Как можно забыть человека, да еще в пути, она представляла бомбежку, немецкие самолеты, вой авиабомб, огромные толпы народа, сметающие все на своем пути, все то, о чем она его не спросила, а на самом деле все было куда проще – Розе, его сестре, захотелось чая, и она пошла, встала в очередь к титану и задумалась, а когда вдруг объявили отправление, бросилась его искать – и не нашла, а он засмотрелся на кошку, как она ворует из корзины то ли колбасу, то ли сало, и что делать, он не знал, говорить про кошку, жаловаться на нее или нет, ведь кошку могли за это убить, а она ведь тоже была голодна, он вспомнил кошку Муську в их саду, на 2-м Вышеславцевом переулке, рыжую, тощую, всегда приходившую домой ровно в тот момент, когда голодная смерть или смерть от истощения всех ее физических сил была явно близка, и сразу после того, как ее отогревали и откармливали, она рожала котят, и так продолжалось каждый год – но эта кошка на вокзале была еще более нервной, более худой и целеустремленной, он все смотрел на нее, пока Роза металась по вокзалу, не видя его в толпе, а он стоял практически у сестры на виду, она ринулась к вагону, и ее насильно втащил туда какой-то офицер, она успела только крикнуть служащему в форменной одежде: потерялся мальчик, мальчик, я вернусь за ним, Сима Каневский! Служащий тупо кивнул, махнул семафорным флажком, а Сима не сразу понял, что произошло, началась движение, все, подхватив баулы и корзины, чемоданы и тюки, в том числе и тетка с ополовиненной корзиной, все ринулись к путям, вокзал сильно опустел, это была не очень большая узловая станция на пути к Барнаулу, ехать им оставалось всего ничего, может быть, десять-двенадцать часов, но когда вокзал окончательно опустел (отправили сразу два пассажирских), он задумался и начал искать кого-то, ответственного за его судьбу.
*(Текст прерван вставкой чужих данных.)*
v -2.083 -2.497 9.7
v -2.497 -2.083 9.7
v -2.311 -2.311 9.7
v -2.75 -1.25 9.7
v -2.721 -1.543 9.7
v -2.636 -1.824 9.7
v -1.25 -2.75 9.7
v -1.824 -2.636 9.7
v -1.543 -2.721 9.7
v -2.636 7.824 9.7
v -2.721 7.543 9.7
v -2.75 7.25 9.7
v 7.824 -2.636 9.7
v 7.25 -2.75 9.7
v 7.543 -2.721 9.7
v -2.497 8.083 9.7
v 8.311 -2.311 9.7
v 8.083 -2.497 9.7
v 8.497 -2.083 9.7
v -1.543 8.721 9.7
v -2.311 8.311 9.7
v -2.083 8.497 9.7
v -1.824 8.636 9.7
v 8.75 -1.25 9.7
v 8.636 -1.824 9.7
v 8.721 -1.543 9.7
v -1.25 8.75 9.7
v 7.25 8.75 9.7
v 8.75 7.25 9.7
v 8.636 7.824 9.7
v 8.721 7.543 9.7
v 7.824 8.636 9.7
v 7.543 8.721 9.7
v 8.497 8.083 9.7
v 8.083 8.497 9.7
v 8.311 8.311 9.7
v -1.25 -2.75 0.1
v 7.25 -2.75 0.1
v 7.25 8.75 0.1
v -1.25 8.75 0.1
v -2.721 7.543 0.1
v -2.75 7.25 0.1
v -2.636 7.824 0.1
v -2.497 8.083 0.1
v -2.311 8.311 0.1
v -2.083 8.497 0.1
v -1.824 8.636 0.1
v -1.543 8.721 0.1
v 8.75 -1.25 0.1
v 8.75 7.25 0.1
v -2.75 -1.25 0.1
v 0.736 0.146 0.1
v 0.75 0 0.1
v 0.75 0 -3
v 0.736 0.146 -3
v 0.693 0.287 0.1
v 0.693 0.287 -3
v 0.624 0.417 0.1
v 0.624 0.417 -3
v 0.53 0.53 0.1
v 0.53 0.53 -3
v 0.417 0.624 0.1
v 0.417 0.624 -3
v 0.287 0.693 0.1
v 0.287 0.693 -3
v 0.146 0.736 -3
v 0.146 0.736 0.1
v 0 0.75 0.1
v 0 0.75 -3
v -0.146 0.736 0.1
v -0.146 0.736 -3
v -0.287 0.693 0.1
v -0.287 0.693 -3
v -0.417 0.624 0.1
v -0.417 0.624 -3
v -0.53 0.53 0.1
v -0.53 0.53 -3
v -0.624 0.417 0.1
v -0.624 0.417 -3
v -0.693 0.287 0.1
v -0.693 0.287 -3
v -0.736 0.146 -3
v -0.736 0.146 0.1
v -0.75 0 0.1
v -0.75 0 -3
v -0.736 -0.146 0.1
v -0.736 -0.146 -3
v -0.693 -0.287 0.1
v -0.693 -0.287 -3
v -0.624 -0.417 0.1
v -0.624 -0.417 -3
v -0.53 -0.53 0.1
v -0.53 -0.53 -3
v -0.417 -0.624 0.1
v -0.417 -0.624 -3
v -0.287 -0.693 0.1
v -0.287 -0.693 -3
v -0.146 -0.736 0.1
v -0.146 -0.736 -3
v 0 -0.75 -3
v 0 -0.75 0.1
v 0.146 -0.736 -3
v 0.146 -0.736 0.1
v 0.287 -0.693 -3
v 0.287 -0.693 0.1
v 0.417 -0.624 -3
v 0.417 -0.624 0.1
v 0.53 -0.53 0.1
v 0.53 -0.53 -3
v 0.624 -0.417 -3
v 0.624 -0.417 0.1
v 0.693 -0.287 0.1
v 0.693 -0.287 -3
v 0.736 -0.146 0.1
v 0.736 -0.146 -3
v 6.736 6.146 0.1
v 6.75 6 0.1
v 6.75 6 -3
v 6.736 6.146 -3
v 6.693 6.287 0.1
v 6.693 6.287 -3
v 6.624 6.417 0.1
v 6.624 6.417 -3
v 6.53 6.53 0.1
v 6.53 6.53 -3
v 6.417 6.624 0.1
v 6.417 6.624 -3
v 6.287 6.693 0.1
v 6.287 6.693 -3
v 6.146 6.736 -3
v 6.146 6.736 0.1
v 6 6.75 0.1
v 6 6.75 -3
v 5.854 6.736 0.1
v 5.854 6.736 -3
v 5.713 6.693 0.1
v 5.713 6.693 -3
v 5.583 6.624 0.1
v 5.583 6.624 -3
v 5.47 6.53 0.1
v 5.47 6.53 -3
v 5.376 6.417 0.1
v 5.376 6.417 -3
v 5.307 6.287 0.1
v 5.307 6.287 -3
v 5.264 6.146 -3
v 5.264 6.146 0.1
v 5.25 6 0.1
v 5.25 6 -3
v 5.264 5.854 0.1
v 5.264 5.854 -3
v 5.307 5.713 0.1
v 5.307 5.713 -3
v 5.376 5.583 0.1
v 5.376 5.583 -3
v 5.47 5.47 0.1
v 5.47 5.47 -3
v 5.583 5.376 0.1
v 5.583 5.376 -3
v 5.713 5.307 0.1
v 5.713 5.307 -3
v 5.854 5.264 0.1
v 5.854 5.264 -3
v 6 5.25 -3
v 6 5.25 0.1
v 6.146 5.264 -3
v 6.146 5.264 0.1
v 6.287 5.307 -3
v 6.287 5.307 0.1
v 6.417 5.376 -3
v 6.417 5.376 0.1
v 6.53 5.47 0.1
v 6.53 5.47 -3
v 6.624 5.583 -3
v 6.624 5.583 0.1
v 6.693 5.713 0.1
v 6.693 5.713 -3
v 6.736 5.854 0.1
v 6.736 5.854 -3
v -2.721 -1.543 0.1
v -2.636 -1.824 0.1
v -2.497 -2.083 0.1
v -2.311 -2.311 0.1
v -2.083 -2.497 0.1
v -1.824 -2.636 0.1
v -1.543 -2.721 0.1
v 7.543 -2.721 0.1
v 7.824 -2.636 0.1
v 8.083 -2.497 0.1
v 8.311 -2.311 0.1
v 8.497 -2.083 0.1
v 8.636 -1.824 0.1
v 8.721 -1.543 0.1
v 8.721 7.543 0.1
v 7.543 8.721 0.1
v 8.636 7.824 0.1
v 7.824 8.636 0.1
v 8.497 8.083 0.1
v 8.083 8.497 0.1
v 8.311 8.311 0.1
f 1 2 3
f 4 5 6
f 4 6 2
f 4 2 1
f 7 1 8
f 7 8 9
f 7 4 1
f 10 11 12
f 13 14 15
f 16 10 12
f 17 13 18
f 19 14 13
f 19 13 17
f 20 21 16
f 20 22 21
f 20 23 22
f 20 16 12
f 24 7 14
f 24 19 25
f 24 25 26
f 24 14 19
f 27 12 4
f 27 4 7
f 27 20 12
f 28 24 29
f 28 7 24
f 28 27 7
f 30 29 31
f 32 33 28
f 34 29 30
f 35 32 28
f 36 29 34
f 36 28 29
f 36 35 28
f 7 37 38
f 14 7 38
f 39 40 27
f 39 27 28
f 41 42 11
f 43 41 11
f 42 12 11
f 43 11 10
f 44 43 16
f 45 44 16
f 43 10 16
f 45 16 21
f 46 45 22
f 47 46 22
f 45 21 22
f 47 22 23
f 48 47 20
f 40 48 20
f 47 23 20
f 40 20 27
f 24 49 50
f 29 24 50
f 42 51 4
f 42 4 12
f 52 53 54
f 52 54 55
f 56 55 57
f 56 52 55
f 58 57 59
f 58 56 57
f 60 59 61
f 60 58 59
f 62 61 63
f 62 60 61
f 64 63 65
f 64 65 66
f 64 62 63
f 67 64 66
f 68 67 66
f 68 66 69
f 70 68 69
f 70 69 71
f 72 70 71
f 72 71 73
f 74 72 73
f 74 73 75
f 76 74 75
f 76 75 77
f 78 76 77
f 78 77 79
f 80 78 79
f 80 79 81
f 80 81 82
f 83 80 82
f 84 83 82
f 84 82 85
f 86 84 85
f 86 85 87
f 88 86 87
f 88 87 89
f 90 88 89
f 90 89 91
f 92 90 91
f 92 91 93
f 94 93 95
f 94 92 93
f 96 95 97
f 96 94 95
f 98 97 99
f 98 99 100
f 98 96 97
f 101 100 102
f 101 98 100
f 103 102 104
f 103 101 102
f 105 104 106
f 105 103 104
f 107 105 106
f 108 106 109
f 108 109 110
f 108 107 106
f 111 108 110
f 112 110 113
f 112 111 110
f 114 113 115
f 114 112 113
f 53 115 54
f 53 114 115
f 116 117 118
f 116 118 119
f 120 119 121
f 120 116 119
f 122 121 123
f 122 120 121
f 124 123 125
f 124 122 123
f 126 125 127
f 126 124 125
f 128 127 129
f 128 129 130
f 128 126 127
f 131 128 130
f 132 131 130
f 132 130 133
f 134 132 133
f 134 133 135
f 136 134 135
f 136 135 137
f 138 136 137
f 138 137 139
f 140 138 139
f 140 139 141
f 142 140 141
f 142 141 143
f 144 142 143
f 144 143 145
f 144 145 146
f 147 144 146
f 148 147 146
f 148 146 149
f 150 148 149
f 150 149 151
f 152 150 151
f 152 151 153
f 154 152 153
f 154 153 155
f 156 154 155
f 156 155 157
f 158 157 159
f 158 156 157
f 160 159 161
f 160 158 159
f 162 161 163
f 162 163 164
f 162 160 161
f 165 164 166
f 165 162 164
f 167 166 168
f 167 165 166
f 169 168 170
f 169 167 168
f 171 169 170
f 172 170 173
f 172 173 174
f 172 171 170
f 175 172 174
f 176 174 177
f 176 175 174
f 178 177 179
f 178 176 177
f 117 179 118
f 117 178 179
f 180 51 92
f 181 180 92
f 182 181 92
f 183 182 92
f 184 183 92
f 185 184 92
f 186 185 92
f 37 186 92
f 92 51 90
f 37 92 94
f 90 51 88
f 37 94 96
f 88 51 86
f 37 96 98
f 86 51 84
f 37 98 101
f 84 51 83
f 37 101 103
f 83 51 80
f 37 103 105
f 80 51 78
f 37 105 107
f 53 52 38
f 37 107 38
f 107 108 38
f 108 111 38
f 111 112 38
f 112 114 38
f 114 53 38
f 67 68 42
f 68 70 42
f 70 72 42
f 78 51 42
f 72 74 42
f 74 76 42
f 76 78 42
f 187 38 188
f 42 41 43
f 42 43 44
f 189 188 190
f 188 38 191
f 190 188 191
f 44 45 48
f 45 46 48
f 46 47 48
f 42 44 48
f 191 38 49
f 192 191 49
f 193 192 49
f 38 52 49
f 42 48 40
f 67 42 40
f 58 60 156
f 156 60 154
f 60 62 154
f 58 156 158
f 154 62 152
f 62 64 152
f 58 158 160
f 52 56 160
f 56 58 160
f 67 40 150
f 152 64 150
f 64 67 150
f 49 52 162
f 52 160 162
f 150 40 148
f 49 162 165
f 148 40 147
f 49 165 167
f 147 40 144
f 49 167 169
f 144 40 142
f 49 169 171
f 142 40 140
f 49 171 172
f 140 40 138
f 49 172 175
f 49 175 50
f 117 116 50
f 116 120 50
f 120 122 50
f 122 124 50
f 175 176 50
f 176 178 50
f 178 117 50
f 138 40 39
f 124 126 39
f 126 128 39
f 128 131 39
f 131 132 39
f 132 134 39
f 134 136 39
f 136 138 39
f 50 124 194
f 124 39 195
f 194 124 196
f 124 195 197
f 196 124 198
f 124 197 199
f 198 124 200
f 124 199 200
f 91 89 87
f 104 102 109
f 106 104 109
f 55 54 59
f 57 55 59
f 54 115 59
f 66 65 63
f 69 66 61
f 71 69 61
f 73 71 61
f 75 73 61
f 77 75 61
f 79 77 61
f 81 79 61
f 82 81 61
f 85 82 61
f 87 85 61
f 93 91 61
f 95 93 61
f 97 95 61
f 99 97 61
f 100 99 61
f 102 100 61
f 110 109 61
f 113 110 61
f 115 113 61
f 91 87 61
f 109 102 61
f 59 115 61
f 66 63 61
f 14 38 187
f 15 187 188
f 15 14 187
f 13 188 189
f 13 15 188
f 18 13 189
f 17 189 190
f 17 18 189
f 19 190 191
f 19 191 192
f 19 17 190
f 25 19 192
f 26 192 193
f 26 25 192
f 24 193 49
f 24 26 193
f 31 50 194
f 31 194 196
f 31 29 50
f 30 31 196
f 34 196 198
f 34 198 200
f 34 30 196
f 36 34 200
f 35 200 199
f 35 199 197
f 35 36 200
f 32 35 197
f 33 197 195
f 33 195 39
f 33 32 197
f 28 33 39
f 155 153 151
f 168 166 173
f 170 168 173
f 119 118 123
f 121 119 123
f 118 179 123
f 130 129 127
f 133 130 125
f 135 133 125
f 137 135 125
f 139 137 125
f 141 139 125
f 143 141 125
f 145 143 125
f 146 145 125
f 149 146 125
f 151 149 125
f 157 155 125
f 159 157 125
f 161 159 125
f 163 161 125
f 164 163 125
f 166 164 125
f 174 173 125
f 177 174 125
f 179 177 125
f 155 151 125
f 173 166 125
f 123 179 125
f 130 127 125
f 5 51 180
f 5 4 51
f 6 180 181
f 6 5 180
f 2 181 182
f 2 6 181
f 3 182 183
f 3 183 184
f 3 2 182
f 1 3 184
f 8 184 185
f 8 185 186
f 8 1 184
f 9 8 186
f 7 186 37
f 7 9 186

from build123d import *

# Parameters (mm, degrees)
SKETCH_W     = 11.5
SKETCH_H     = 11.5
PAD_DEPTH    = 9.6
FILLET_R     = 1.5
SKETCH001_R  = 0.75
PAD001_DEPTH = 3.5


with BuildPart() as fillet_body:
    # Sketch → Pad (new body)
    with BuildSketch(Plane.XY.offset(0.1)):
        with Locations((3, 3)):
            Rectangle(SKETCH_W, SKETCH_H)
    extrude(amount=PAD_DEPTH)

    # Fillet
    fillet_edges = [fillet_body.edges().sort_by_distance(p)[0] for p in [
        (8.75, -2.75, 4.9),
        (8.75, 8.75, 4.9),
        (-2.75, -2.75, 4.9),
        (-2.75, 8.75, 4.9),
    ]]
    fillet(fillet_edges, radius=FILLET_R)


with BuildPart() as pad001_mp_cp:
    # Sketch001 → Pad001 (new body)
    with BuildSketch(Plane.XY.offset(0.5)):
        Circle(SKETCH001_R)
        with Locations((6, 6)):
            Circle(SKETCH001_R)
    extrude(amount=-PAD001_DEPTH)

    # Pad001_mp_cp: union Fillet body
    add(fillet_body.part)


solid = pad001_mp_cp.part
Но ответственный за его судьбу все никак не находился, мальчик слонялся из одного угла огромного зала ожидания в другой, долго стоял у портрета Сталина, потом у портрета Кагановича в железнодорожном генеральском мундире, потом он пошел к титану, из которого слабо капала кипяченая вода и возле которого зачем-то дежурил милиционер.
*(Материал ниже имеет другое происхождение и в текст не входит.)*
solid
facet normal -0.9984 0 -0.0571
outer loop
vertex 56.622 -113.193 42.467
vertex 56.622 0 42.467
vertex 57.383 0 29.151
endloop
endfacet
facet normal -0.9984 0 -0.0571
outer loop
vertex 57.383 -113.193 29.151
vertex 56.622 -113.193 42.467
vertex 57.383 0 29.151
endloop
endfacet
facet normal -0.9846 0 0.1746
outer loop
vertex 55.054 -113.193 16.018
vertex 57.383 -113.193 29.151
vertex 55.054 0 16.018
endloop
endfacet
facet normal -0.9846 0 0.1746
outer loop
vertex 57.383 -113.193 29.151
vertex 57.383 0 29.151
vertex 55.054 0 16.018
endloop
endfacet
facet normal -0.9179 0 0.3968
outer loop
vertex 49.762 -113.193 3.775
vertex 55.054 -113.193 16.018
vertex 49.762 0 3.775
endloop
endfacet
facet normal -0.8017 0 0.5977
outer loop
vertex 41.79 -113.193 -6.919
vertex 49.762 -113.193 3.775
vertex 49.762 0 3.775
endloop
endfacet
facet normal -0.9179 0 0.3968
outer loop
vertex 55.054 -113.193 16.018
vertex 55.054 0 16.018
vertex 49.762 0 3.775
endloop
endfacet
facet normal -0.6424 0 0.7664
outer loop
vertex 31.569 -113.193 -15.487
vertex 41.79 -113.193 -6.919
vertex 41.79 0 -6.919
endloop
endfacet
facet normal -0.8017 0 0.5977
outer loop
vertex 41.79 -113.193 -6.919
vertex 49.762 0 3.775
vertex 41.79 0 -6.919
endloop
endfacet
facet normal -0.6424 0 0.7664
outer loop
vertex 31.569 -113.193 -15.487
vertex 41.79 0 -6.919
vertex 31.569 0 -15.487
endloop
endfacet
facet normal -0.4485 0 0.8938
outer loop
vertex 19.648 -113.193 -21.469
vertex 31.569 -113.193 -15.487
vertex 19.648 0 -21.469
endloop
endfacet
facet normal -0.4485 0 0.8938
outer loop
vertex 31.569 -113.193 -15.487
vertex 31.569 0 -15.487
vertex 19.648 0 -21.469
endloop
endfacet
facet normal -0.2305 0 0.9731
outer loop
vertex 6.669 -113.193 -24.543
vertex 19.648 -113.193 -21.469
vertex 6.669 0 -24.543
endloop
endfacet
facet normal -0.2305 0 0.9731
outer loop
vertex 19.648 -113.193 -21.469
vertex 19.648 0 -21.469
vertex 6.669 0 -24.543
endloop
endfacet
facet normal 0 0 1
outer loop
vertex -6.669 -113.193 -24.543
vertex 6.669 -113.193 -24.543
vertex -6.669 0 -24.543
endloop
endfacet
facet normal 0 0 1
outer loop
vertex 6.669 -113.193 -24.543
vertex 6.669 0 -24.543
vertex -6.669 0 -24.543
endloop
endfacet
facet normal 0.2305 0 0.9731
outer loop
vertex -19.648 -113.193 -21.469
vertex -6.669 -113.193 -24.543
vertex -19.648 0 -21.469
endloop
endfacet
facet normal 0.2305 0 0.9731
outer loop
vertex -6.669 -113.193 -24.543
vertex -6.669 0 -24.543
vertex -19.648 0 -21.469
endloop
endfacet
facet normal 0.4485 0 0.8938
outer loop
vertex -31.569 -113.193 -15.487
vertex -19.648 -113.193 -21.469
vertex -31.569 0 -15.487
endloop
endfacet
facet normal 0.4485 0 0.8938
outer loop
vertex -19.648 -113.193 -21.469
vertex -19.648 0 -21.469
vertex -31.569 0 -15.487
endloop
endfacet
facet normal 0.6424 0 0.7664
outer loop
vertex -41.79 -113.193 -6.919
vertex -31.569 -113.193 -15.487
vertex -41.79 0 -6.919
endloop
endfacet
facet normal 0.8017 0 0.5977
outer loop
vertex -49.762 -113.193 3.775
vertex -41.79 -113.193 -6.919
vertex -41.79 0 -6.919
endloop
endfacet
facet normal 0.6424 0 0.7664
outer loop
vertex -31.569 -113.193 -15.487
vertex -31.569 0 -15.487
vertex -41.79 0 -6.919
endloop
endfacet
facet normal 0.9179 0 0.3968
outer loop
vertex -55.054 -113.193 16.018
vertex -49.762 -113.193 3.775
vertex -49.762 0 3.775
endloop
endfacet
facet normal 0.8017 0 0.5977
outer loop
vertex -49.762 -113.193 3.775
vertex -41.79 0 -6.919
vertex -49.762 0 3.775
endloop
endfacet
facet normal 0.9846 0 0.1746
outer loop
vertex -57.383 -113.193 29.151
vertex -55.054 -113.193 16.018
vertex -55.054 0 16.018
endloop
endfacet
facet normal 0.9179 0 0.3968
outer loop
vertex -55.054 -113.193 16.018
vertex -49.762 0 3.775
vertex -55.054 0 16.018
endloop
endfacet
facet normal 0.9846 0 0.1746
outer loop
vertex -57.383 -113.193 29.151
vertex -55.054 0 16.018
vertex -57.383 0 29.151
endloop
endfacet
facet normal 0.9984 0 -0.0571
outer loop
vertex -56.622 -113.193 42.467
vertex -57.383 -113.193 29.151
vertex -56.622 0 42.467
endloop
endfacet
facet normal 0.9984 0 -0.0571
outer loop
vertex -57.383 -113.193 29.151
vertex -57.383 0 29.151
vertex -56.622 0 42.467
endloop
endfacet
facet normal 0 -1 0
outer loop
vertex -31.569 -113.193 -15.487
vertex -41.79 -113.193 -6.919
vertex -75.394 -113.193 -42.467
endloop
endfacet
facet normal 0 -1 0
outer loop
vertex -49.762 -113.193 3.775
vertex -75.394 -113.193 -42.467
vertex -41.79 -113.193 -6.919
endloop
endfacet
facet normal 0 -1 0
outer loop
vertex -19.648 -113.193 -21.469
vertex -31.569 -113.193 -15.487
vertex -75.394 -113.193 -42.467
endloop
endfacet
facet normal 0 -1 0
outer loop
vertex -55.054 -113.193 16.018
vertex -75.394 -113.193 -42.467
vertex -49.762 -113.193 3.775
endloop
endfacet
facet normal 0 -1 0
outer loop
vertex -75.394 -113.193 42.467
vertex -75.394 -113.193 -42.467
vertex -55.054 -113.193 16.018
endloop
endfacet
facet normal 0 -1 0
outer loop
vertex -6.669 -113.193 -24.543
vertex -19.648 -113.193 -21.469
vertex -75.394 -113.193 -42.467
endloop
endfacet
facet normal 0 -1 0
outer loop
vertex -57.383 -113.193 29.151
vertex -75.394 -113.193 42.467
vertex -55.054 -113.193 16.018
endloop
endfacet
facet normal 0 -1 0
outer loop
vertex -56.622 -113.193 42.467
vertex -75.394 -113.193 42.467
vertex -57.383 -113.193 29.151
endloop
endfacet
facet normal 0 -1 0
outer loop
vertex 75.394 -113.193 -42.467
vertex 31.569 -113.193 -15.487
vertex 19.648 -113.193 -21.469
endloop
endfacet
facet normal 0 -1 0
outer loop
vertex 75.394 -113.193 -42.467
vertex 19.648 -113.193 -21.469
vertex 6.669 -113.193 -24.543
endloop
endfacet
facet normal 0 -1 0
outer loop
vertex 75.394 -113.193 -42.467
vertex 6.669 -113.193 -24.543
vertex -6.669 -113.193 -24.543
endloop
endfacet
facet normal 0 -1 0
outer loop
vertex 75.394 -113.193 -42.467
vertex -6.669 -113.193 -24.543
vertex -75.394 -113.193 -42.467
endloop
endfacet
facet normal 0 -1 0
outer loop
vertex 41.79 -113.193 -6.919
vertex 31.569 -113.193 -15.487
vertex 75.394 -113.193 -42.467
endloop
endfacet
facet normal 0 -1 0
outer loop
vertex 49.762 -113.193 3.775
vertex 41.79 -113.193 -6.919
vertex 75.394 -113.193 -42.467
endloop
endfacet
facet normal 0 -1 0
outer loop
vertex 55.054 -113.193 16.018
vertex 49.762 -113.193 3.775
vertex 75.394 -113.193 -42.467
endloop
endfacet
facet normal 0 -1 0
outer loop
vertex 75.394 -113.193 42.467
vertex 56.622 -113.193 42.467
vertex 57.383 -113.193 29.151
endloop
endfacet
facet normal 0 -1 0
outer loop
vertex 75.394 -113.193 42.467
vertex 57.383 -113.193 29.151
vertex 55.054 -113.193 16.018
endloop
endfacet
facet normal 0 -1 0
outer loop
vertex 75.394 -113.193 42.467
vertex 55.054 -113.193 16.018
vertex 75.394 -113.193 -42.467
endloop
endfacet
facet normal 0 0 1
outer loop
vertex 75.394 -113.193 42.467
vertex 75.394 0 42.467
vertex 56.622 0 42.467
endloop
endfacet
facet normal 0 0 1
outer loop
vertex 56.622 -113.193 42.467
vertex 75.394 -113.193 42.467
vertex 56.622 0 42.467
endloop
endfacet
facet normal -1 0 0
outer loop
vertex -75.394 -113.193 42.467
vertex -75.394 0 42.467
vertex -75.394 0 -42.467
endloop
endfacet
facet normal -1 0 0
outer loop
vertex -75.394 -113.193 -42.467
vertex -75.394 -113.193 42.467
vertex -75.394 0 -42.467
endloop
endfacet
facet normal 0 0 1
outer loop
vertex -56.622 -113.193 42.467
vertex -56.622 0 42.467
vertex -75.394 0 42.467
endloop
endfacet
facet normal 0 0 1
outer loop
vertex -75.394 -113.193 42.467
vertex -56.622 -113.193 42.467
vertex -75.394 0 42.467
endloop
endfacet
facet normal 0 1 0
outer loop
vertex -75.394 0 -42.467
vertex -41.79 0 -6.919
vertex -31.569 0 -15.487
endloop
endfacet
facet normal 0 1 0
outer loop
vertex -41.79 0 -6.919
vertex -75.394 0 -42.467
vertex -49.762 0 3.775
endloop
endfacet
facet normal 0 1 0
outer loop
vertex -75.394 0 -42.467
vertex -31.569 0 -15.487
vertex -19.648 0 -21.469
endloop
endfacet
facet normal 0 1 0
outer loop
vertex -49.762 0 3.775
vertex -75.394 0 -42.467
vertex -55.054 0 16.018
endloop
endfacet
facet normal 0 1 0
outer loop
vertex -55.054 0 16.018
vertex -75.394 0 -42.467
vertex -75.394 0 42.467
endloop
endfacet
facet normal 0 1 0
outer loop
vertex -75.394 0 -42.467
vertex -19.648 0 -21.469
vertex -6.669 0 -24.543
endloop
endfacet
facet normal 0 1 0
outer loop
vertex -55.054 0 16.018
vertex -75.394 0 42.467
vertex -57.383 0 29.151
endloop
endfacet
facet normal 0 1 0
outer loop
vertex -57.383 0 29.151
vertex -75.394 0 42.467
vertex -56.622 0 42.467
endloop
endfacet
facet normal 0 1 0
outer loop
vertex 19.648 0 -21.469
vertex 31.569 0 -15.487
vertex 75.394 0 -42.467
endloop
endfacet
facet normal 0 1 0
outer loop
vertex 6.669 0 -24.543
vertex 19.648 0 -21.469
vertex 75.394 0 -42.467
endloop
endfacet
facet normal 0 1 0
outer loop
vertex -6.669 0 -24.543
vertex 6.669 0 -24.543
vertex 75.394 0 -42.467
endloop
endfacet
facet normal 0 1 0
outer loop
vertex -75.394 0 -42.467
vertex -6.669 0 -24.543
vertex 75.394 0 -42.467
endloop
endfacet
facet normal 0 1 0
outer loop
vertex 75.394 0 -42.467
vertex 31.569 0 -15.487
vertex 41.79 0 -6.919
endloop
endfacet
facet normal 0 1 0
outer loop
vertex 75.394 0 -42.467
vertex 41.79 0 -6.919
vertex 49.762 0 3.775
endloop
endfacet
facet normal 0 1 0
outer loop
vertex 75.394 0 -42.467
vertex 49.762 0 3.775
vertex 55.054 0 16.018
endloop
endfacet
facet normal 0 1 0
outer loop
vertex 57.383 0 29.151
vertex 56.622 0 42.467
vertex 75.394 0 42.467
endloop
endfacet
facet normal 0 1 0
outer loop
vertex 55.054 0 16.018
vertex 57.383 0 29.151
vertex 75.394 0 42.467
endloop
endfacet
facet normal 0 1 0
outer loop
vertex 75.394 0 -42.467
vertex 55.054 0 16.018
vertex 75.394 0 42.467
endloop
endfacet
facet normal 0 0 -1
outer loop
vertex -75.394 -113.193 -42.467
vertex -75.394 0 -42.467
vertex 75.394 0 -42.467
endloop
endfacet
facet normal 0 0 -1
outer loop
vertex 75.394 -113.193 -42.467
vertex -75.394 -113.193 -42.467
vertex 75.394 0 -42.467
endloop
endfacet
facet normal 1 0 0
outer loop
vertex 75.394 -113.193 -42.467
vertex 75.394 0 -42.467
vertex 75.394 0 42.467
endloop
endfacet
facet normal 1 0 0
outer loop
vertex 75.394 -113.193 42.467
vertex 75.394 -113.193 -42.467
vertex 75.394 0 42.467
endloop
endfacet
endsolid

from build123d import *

# Parameters (mm, degrees)
F1_DEPTH = 113.19281


with BuildPart() as f1:
    # F0 (on Front) → F1 (new body)
    with BuildSketch(Plane.XZ):
        with BuildLine():
            Line((75.394042, -42.466845), (75.394042, 42.466845))
            Line((75.394042, 42.466845), (56.622468, 42.466845))
            ThreePointArc((56.622468, 42.466845), (4e-06, -24.931278), (-56.62246, 42.466845))
            Line((-56.62246, 42.466845), (-75.394042, 42.466845))
            Line((-75.394042, 42.466845), (-75.394042, -42.466845))
            Line((-75.394042, -42.466845), (75.394042, -42.466845))
        make_face()
    extrude(amount=F1_DEPTH)


solid = f1.part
Милиционер зевнул и не обратил на Симу никакого внимания. В вокзале между тем раздавался смутный шум, причем понять его происхождение было никак нельзя, сначала Сима подумал, что это храпят цыгане, которые разлеглись в самой середине зала в ожидании поезда со всеми своими пожитками, причем все они так смертельно устали, что спали действительно мертвым сном, потом ему показалось, что это разговаривает портрет Сталина с портретом Кагановича, но и эта версия была маловероятной, и тогда Симе вдруг стало немного страшно.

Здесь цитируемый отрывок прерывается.